[Dataset entries]
----
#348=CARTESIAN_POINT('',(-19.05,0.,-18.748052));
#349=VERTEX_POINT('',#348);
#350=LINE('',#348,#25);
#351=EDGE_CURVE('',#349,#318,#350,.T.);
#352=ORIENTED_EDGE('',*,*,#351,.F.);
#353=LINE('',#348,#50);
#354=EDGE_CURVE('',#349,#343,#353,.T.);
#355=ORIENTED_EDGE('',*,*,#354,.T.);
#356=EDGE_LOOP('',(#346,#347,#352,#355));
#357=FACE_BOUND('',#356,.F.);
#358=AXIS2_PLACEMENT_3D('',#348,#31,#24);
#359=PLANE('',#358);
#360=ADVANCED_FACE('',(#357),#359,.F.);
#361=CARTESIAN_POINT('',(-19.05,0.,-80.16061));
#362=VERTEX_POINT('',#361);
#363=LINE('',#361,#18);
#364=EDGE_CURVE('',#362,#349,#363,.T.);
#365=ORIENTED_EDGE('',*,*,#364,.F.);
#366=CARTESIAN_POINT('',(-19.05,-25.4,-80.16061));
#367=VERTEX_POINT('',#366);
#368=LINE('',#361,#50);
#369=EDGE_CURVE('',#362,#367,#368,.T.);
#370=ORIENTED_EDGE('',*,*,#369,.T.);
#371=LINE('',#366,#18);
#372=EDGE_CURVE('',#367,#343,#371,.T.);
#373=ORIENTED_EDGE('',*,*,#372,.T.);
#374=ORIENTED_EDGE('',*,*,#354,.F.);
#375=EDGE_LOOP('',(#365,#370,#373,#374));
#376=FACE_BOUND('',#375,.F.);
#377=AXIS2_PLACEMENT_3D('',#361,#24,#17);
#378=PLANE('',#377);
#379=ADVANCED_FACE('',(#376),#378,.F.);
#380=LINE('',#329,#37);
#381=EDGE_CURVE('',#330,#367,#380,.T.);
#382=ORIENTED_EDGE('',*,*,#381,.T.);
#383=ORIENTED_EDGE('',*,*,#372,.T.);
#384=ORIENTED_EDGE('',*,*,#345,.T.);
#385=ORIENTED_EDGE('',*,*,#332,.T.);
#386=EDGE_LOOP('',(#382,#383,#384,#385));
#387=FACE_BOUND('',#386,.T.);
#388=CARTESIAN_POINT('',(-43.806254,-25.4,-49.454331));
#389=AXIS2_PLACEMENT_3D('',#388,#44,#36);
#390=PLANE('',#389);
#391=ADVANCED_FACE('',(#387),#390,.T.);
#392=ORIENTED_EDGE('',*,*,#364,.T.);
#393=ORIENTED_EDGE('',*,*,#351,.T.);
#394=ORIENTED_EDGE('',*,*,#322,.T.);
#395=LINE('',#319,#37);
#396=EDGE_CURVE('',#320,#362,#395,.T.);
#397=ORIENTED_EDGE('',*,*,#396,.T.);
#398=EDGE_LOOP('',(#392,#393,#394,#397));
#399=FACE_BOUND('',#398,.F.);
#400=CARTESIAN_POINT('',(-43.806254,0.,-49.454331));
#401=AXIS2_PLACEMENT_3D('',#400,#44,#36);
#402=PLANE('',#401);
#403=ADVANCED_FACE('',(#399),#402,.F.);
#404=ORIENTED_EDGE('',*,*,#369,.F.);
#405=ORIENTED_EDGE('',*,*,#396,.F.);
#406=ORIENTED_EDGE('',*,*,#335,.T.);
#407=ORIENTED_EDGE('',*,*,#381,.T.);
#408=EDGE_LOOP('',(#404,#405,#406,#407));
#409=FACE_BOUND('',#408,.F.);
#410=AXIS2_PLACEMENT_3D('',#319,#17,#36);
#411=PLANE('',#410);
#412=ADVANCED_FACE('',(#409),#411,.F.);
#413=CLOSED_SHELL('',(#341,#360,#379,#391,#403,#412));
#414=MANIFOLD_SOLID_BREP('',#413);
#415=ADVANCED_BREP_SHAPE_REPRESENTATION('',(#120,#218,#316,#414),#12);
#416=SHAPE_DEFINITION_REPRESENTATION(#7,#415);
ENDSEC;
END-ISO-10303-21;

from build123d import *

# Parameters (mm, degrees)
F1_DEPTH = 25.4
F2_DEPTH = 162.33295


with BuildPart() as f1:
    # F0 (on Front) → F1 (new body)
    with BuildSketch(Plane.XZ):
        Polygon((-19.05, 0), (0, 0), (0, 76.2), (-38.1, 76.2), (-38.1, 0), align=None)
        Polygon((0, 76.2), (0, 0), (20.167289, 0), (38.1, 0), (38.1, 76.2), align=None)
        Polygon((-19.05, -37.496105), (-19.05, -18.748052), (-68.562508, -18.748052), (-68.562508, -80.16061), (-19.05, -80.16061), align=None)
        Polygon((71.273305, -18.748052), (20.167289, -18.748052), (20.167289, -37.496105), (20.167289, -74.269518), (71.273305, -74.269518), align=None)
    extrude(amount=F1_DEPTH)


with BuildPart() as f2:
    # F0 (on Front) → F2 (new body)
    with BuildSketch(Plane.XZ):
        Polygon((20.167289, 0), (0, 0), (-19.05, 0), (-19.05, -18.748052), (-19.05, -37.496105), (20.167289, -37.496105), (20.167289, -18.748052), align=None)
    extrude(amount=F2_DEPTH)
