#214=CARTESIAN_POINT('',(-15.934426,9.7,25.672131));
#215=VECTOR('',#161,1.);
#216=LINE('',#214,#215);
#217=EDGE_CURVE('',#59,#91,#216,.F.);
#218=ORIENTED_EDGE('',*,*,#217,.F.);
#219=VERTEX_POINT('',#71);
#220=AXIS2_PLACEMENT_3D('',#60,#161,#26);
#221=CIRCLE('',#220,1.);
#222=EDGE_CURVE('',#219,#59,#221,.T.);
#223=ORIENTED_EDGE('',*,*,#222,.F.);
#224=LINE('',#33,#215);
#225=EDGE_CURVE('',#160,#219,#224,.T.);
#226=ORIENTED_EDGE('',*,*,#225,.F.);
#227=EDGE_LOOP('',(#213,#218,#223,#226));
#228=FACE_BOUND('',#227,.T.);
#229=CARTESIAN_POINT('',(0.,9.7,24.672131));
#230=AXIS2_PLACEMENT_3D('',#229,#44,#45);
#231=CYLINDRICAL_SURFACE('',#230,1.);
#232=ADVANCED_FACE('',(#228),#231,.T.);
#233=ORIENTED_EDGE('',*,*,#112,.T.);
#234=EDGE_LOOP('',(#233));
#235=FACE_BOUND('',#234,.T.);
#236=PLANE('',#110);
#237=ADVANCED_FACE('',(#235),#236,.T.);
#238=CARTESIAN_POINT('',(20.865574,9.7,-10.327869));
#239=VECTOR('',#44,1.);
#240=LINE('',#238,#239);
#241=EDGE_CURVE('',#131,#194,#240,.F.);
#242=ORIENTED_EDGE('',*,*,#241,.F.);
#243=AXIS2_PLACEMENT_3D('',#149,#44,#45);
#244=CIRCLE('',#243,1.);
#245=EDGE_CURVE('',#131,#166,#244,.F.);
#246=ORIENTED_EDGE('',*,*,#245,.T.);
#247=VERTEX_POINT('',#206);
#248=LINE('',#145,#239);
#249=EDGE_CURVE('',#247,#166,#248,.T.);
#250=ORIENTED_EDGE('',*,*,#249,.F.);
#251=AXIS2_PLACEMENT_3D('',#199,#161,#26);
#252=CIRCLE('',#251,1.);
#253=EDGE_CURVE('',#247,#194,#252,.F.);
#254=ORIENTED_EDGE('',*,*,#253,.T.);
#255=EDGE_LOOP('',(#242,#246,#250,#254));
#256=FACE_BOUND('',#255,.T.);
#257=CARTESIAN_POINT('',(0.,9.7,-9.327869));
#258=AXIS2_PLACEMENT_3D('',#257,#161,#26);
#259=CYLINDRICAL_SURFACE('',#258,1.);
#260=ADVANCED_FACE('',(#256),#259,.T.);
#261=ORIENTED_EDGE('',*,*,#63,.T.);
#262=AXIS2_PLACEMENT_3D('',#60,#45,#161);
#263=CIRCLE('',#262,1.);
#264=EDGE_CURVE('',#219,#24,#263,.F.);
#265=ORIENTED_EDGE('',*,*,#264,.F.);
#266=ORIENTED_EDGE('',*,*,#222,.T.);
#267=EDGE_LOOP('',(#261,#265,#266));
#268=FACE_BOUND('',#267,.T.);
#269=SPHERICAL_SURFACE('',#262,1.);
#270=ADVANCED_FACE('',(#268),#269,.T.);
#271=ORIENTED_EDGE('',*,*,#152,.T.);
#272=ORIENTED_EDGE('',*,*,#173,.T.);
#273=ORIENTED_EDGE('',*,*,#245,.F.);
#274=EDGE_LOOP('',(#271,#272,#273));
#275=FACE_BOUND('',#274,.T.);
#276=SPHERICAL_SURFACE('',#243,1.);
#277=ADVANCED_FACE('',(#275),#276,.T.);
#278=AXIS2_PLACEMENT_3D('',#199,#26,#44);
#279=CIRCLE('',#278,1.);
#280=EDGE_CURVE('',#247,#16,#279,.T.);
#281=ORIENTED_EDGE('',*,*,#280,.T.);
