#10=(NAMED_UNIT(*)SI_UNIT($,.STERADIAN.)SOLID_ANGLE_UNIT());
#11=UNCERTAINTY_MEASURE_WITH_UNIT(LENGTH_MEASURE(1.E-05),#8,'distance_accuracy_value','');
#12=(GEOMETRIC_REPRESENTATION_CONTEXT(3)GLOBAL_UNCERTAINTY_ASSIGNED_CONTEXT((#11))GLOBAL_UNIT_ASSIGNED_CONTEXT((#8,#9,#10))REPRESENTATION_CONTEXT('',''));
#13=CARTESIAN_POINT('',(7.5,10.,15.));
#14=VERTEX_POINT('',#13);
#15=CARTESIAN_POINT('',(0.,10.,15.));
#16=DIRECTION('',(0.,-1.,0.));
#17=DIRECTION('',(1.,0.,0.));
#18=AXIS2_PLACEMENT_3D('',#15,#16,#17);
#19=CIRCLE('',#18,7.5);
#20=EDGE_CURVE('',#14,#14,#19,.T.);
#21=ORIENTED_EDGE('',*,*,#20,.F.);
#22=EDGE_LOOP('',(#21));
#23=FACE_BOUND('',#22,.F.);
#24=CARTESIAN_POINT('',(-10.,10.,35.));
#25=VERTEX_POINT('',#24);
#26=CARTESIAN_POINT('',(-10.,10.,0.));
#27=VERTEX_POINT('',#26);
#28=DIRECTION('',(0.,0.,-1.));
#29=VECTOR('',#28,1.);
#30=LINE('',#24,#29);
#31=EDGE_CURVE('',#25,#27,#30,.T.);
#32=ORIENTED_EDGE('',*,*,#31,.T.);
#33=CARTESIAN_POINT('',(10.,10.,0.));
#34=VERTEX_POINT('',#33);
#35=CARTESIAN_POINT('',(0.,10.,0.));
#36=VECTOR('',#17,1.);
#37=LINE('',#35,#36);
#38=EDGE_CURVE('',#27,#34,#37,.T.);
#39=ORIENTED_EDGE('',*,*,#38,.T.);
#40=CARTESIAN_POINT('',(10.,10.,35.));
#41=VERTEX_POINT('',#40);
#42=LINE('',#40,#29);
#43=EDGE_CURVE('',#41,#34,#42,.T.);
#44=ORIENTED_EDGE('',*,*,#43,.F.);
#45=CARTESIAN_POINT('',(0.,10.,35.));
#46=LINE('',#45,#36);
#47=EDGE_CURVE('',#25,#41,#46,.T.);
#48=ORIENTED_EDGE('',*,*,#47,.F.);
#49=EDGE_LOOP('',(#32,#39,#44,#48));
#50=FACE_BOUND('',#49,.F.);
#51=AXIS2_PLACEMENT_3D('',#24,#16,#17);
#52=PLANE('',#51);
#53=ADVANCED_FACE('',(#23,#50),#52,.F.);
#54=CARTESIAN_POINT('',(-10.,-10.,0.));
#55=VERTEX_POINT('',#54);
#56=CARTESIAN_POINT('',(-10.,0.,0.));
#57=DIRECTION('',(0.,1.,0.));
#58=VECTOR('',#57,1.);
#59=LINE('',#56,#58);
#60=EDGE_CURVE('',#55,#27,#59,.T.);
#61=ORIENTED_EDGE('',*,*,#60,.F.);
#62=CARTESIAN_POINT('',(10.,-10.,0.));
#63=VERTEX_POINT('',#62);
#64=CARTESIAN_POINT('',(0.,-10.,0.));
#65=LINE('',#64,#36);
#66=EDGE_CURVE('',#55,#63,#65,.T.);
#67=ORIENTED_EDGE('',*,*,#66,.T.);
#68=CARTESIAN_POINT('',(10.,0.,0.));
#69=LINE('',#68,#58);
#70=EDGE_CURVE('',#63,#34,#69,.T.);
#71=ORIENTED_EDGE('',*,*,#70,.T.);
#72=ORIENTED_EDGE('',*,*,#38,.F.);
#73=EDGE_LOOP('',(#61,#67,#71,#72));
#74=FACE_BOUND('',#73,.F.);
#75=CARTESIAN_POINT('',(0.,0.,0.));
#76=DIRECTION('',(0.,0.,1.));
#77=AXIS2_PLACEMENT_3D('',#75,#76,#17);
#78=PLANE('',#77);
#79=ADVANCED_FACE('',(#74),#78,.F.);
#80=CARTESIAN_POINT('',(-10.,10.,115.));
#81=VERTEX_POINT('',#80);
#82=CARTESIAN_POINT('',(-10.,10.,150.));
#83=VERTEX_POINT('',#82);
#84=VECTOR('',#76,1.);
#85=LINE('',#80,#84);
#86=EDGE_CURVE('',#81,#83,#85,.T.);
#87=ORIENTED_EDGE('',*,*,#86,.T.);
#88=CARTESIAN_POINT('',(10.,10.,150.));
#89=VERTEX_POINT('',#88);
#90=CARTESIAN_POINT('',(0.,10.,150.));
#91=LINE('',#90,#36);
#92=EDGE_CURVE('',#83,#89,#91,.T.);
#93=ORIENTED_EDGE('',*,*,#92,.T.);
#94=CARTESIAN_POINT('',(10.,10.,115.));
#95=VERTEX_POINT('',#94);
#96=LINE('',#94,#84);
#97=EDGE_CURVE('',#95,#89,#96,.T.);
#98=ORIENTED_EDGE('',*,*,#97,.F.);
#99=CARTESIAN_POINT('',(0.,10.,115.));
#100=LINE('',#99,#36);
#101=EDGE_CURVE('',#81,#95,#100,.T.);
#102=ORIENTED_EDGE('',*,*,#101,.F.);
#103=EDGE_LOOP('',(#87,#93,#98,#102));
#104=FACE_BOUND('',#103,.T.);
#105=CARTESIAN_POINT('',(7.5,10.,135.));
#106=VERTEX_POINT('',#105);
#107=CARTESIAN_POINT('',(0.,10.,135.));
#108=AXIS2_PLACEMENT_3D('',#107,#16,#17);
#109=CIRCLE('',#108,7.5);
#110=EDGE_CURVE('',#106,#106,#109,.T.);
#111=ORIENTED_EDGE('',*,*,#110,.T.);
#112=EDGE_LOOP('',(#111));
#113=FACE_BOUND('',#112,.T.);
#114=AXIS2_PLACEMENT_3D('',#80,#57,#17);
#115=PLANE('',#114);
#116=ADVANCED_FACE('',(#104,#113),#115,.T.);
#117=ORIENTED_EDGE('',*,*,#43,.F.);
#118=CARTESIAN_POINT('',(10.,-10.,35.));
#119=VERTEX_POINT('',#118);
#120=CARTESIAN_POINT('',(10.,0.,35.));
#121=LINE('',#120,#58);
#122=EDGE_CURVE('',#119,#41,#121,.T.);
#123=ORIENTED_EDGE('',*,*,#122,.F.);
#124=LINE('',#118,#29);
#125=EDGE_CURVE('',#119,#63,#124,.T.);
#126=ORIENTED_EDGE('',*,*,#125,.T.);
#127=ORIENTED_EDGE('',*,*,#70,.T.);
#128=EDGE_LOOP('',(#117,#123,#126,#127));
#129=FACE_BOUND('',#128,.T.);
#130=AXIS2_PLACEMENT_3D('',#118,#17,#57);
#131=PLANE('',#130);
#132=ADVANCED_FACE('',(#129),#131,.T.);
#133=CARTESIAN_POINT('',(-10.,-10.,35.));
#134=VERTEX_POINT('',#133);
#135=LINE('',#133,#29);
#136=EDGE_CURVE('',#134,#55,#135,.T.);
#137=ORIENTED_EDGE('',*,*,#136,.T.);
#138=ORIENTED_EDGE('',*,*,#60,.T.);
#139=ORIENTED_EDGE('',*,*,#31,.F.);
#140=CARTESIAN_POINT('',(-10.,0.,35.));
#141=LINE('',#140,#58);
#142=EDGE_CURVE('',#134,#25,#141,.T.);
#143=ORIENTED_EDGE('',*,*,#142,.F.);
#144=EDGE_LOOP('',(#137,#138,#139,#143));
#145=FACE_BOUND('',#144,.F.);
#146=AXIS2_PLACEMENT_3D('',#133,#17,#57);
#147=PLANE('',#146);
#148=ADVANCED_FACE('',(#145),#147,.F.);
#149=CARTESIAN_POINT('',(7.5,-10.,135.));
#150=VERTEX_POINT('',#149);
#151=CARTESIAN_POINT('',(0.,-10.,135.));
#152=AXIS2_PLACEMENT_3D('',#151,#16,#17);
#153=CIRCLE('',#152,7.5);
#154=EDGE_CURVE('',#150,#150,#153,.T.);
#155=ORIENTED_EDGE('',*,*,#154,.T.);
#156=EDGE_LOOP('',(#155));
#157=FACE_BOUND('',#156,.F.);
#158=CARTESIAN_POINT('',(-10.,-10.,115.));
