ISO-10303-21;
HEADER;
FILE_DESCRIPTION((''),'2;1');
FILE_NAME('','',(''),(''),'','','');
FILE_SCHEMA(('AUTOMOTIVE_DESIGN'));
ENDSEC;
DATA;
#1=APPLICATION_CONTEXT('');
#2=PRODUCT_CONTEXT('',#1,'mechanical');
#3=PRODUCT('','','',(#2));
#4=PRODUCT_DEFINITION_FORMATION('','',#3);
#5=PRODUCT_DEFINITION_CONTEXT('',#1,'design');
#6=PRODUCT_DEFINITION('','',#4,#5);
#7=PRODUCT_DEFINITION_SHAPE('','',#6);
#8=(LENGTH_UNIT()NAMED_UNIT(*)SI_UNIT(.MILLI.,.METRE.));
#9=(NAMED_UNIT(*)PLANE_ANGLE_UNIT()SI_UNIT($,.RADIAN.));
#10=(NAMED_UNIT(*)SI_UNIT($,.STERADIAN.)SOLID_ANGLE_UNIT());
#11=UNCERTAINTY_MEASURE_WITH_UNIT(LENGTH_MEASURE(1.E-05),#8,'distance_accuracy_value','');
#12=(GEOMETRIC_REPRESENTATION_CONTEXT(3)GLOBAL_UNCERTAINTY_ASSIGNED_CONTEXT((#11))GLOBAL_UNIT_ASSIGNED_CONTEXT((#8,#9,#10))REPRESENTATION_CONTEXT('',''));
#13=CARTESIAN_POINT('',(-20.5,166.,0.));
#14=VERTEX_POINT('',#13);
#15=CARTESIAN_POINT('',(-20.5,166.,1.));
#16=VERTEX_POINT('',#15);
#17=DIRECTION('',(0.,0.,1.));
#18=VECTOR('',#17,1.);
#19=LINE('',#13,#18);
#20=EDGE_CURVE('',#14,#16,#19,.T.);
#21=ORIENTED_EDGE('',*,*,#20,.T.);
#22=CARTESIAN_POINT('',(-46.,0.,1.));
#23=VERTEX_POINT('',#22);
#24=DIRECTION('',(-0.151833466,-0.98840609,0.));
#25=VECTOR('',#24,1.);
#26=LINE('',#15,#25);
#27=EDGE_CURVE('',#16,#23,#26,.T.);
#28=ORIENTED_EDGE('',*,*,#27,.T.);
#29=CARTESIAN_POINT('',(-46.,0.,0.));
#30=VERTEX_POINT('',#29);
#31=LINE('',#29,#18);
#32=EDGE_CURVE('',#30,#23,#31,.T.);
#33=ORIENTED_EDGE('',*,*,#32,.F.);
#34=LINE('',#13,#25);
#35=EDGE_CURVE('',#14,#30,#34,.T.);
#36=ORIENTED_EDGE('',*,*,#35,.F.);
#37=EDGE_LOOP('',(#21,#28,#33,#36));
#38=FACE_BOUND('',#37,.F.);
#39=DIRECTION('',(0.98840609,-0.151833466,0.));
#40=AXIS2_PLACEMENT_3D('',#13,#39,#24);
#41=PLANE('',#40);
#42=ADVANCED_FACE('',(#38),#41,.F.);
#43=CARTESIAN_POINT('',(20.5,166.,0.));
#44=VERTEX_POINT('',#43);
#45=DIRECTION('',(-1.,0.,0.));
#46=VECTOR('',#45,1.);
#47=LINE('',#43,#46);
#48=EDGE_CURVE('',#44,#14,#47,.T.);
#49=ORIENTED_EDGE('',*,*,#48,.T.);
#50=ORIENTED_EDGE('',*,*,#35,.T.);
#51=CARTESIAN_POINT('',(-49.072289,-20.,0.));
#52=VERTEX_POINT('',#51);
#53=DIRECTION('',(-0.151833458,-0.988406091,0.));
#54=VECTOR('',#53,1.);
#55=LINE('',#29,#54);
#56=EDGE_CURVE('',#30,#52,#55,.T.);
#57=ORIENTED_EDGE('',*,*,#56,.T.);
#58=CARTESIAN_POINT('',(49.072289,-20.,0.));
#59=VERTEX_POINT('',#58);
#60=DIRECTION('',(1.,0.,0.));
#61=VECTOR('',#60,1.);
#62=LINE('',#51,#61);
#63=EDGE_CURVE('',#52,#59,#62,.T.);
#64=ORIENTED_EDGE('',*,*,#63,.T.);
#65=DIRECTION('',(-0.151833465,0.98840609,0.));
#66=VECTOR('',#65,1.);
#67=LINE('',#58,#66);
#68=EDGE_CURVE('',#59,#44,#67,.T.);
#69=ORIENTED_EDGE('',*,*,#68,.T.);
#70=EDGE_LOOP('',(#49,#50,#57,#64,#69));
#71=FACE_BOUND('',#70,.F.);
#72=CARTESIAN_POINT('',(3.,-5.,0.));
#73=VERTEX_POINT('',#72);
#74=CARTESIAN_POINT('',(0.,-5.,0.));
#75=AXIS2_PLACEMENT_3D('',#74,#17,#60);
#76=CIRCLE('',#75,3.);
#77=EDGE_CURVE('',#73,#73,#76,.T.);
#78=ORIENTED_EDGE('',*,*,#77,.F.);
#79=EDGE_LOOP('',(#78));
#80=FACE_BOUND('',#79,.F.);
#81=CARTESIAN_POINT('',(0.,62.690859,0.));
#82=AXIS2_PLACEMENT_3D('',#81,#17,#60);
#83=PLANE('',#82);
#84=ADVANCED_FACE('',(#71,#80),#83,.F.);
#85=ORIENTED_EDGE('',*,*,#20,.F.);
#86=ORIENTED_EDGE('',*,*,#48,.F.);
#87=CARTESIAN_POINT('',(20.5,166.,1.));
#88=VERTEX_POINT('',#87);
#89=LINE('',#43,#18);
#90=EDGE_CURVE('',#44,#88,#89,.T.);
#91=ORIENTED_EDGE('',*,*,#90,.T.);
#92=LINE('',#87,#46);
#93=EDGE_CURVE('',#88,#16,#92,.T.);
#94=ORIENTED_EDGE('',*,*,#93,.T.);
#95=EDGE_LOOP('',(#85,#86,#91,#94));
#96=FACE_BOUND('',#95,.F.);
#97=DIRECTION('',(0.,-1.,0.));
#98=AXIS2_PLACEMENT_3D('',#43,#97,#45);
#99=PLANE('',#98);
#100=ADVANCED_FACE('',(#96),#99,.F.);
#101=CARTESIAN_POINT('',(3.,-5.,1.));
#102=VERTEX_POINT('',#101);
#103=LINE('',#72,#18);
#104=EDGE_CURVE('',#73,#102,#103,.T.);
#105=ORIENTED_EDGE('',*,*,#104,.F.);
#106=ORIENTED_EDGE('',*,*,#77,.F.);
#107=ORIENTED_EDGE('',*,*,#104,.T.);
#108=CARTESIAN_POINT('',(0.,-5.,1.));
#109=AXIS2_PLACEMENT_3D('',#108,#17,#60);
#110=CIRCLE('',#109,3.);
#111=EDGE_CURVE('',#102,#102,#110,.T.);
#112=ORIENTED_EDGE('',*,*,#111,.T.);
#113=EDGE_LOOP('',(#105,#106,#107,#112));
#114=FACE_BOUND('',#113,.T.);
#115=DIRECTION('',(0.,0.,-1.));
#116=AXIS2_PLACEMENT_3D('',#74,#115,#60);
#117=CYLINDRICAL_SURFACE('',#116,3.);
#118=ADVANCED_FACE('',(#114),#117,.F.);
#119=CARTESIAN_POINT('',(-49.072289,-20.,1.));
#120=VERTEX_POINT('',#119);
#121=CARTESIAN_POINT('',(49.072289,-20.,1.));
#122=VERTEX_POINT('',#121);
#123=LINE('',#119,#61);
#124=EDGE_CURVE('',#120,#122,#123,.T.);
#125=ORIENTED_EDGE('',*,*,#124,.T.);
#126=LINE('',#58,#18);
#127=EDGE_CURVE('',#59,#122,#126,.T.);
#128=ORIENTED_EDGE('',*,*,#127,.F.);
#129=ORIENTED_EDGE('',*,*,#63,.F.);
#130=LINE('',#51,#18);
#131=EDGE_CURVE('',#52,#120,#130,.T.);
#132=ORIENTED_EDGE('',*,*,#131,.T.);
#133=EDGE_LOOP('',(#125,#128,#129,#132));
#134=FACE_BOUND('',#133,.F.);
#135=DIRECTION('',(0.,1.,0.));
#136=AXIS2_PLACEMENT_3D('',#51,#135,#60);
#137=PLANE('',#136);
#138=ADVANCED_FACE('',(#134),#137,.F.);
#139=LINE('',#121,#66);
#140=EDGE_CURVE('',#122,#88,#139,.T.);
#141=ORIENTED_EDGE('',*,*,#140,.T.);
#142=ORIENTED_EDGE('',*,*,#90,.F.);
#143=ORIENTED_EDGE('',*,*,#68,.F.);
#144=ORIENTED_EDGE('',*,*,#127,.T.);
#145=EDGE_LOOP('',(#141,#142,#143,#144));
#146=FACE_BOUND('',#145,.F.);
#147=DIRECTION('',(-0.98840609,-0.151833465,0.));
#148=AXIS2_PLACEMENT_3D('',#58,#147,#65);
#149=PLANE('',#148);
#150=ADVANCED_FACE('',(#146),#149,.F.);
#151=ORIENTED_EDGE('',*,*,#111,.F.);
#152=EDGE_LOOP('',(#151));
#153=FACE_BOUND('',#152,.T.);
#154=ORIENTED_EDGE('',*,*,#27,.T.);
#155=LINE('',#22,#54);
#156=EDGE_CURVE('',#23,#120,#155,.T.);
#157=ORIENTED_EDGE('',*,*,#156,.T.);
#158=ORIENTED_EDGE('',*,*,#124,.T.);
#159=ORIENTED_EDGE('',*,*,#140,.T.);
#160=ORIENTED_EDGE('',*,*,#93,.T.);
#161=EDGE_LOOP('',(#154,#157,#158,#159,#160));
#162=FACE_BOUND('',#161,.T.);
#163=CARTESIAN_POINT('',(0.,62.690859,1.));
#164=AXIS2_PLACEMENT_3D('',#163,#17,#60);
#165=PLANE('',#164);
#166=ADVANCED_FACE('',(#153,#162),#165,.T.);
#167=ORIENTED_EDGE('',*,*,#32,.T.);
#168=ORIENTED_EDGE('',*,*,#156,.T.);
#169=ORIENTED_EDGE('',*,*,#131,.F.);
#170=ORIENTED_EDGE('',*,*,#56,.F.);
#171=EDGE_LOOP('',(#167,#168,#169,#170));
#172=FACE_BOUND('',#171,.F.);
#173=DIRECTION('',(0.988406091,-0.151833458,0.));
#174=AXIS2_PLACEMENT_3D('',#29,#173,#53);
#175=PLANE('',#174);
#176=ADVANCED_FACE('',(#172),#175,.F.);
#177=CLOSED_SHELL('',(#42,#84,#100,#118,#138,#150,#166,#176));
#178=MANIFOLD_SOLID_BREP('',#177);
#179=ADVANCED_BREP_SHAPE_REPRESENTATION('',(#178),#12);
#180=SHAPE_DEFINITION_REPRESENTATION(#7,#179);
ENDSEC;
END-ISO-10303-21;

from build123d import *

# Parameters (mm, degrees)
F0_R     = 3
F1_DEPTH = 1


with BuildPart() as f1:
    # F0 (on Top) → F1 (new body)
    with BuildSketch(Plane.XY):
        Polygon((-20.5, 166), (-46, 0), (-49.072289, -20), (49.072289, -20), (20.5, 166), align=None)
        with Locations((0, -5)):
            Circle(F0_R, mode=Mode.SUBTRACT)
    extrude(amount=F1_DEPTH)


solid = f1.part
----
* WORK REQUIRED: From the line with "#163=CARTESIAN_POINT('',(0.,62.690859,1.));" to the final line of the data above, please reproduce every line exactly and add nothing.

* ANSWER TO THIS EXERCISE:
#163=CARTESIAN_POINT('',(0.,62.690859,1.));
#164=AXIS2_PLACEMENT_3D('',#163,#17,#60);
#165=PLANE('',#164);
#166=ADVANCED_FACE('',(#153,#162),#165,.T.);
#167=ORIENTED_EDGE('',*,*,#32,.T.);
#168=ORIENTED_EDGE('',*,*,#156,.T.);
#169=ORIENTED_EDGE('',*,*,#131,.F.);
#170=ORIENTED_EDGE('',*,*,#56,.F.);
#171=EDGE_LOOP('',(#167,#168,#169,#170));
#172=FACE_BOUND('',#171,.F.);
#173=DIRECTION('',(0.988406091,-0.151833458,0.));
#174=AXIS2_PLACEMENT_3D('',#29,#173,#53);
#175=PLANE('',#174);
#176=ADVANCED_FACE('',(#172),#175,.F.);
#177=CLOSED_SHELL('',(#42,#84,#100,#118,#138,#150,#166,#176));
#178=MANIFOLD_SOLID_BREP('',#177);
#179=ADVANCED_BREP_SHAPE_REPRESENTATION('',(#178),#12);
#180=SHAPE_DEFINITION_REPRESENTATION(#7,#179);
ENDSEC;
END-ISO-10303-21;

from build123d import *

# Parameters (mm, degrees)
F0_R     = 3
F1_DEPTH = 1


with BuildPart() as f1:
    # F0 (on Top) → F1 (new body)
    with BuildSketch(Plane.XY):
        Polygon((-20.5, 166), (-46, 0), (-49.072289, -20), (49.072289, -20), (20.5, 166), align=None)
        with Locations((0, -5)):
            Circle(F0_R, mode=Mode.SUBTRACT)
    extrude(amount=F1_DEPTH)


solid = f1.part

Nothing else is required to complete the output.